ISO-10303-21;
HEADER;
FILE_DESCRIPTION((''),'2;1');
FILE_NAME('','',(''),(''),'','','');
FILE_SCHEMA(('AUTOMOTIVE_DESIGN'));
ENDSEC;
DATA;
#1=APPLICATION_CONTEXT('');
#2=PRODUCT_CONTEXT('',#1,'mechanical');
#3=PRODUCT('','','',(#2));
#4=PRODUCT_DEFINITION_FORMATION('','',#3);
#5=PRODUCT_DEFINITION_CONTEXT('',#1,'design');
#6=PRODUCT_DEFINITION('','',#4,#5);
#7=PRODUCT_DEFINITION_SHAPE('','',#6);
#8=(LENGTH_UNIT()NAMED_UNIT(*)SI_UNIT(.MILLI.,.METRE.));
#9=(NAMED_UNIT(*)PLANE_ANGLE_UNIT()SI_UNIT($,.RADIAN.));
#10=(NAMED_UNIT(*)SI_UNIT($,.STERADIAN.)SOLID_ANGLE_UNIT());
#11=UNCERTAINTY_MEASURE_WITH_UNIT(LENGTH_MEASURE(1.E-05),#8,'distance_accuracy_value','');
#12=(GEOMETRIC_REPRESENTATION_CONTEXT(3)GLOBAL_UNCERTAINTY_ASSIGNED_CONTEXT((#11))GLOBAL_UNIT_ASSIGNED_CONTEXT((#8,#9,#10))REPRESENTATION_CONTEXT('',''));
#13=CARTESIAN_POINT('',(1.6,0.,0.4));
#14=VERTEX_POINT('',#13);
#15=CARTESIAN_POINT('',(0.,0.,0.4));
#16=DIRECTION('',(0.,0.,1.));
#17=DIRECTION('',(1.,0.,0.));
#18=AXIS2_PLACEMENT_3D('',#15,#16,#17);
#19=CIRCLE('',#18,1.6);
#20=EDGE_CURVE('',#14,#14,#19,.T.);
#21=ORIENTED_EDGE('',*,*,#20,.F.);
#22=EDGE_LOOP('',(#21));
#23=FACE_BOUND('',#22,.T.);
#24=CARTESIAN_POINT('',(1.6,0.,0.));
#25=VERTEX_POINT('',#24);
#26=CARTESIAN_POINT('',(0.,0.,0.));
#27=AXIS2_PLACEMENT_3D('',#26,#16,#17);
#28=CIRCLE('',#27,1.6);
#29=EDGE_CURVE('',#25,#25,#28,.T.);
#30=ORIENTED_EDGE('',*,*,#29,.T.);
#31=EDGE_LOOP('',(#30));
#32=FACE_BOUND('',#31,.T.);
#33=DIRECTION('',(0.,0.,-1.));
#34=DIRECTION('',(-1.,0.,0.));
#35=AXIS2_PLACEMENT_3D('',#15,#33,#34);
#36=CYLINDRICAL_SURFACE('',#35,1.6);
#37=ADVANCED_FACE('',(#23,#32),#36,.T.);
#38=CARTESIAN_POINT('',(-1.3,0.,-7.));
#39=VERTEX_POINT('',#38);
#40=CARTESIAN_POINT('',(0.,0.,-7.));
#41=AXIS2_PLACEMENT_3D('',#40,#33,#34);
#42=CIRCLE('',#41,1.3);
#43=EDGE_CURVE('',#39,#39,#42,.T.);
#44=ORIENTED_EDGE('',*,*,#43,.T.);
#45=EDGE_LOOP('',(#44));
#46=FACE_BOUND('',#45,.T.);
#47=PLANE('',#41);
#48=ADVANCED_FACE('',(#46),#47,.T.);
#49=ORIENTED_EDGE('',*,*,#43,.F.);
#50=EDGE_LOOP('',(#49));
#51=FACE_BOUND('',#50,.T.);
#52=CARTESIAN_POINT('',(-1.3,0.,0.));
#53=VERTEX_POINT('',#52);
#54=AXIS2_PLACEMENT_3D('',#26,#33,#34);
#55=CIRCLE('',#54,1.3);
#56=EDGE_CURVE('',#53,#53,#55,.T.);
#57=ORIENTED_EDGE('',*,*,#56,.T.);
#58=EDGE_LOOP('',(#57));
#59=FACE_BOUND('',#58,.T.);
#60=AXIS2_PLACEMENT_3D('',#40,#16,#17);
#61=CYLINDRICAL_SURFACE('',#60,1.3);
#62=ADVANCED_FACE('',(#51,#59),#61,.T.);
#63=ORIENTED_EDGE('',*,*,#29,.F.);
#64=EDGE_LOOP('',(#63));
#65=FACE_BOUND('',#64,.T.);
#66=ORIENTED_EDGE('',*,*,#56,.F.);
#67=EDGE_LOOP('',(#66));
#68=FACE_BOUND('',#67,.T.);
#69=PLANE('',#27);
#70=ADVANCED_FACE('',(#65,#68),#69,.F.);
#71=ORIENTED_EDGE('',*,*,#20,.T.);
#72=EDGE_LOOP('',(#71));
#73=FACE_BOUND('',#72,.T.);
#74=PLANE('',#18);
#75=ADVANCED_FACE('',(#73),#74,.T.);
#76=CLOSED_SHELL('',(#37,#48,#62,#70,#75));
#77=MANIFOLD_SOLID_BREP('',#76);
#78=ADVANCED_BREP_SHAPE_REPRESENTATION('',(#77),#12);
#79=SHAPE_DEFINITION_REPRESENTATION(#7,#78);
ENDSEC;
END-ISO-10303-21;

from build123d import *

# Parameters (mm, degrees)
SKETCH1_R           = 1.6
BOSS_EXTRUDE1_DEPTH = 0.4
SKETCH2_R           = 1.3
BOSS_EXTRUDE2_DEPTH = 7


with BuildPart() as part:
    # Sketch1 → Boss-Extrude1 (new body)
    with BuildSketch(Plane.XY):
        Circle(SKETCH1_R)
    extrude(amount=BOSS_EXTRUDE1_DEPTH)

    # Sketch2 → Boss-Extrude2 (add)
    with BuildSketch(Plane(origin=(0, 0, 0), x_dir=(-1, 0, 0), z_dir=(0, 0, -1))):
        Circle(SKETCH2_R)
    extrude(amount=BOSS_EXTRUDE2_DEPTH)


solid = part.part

▬▬▬▬▬▬

## What the task asks
Starting from the top of the records and ending at the line that contains "#20=EDGE_CURVE('',#14,#14,#19,.T.);", repeat each line exactly and return only those lines.

## Response to this task
ISO-10303-21;
HEADER;
FILE_DESCRIPTION((''),'2;1');
FILE_NAME('','',(''),(''),'','','');
FILE_SCHEMA(('AUTOMOTIVE_DESIGN'));
ENDSEC;
DATA;
#1=APPLICATION_CONTEXT('');
#2=PRODUCT_CONTEXT('',#1,'mechanical');
#3=PRODUCT('','','',(#2));
#4=PRODUCT_DEFINITION_FORMATION('','',#3);
#5=PRODUCT_DEFINITION_CONTEXT('',#1,'design');
#6=PRODUCT_DEFINITION('','',#4,#5);
#7=PRODUCT_DEFINITION_SHAPE('','',#6);
#8=(LENGTH_UNIT()NAMED_UNIT(*)SI_UNIT(.MILLI.,.METRE.));
#9=(NAMED_UNIT(*)PLANE_ANGLE_UNIT()SI_UNIT($,.RADIAN.));
#10=(NAMED_UNIT(*)SI_UNIT($,.STERADIAN.)SOLID_ANGLE_UNIT());
#11=UNCERTAINTY_MEASURE_WITH_UNIT(LENGTH_MEASURE(1.E-05),#8,'distance_accuracy_value','');
#12=(GEOMETRIC_REPRESENTATION_CONTEXT(3)GLOBAL_UNCERTAINTY_ASSIGNED_CONTEXT((#11))GLOBAL_UNIT_ASSIGNED_CONTEXT((#8,#9,#10))REPRESENTATION_CONTEXT('',''));
#13=CARTESIAN_POINT('',(1.6,0.,0.4));
#14=VERTEX_POINT('',#13);
#15=CARTESIAN_POINT('',(0.,0.,0.4));
#16=DIRECTION('',(0.,0.,1.));
#17=DIRECTION('',(1.,0.,0.));
#18=AXIS2_PLACEMENT_3D('',#15,#16,#17);
#19=CIRCLE('',#18,1.6);
#20=EDGE_CURVE('',#14,#14,#19,.T.);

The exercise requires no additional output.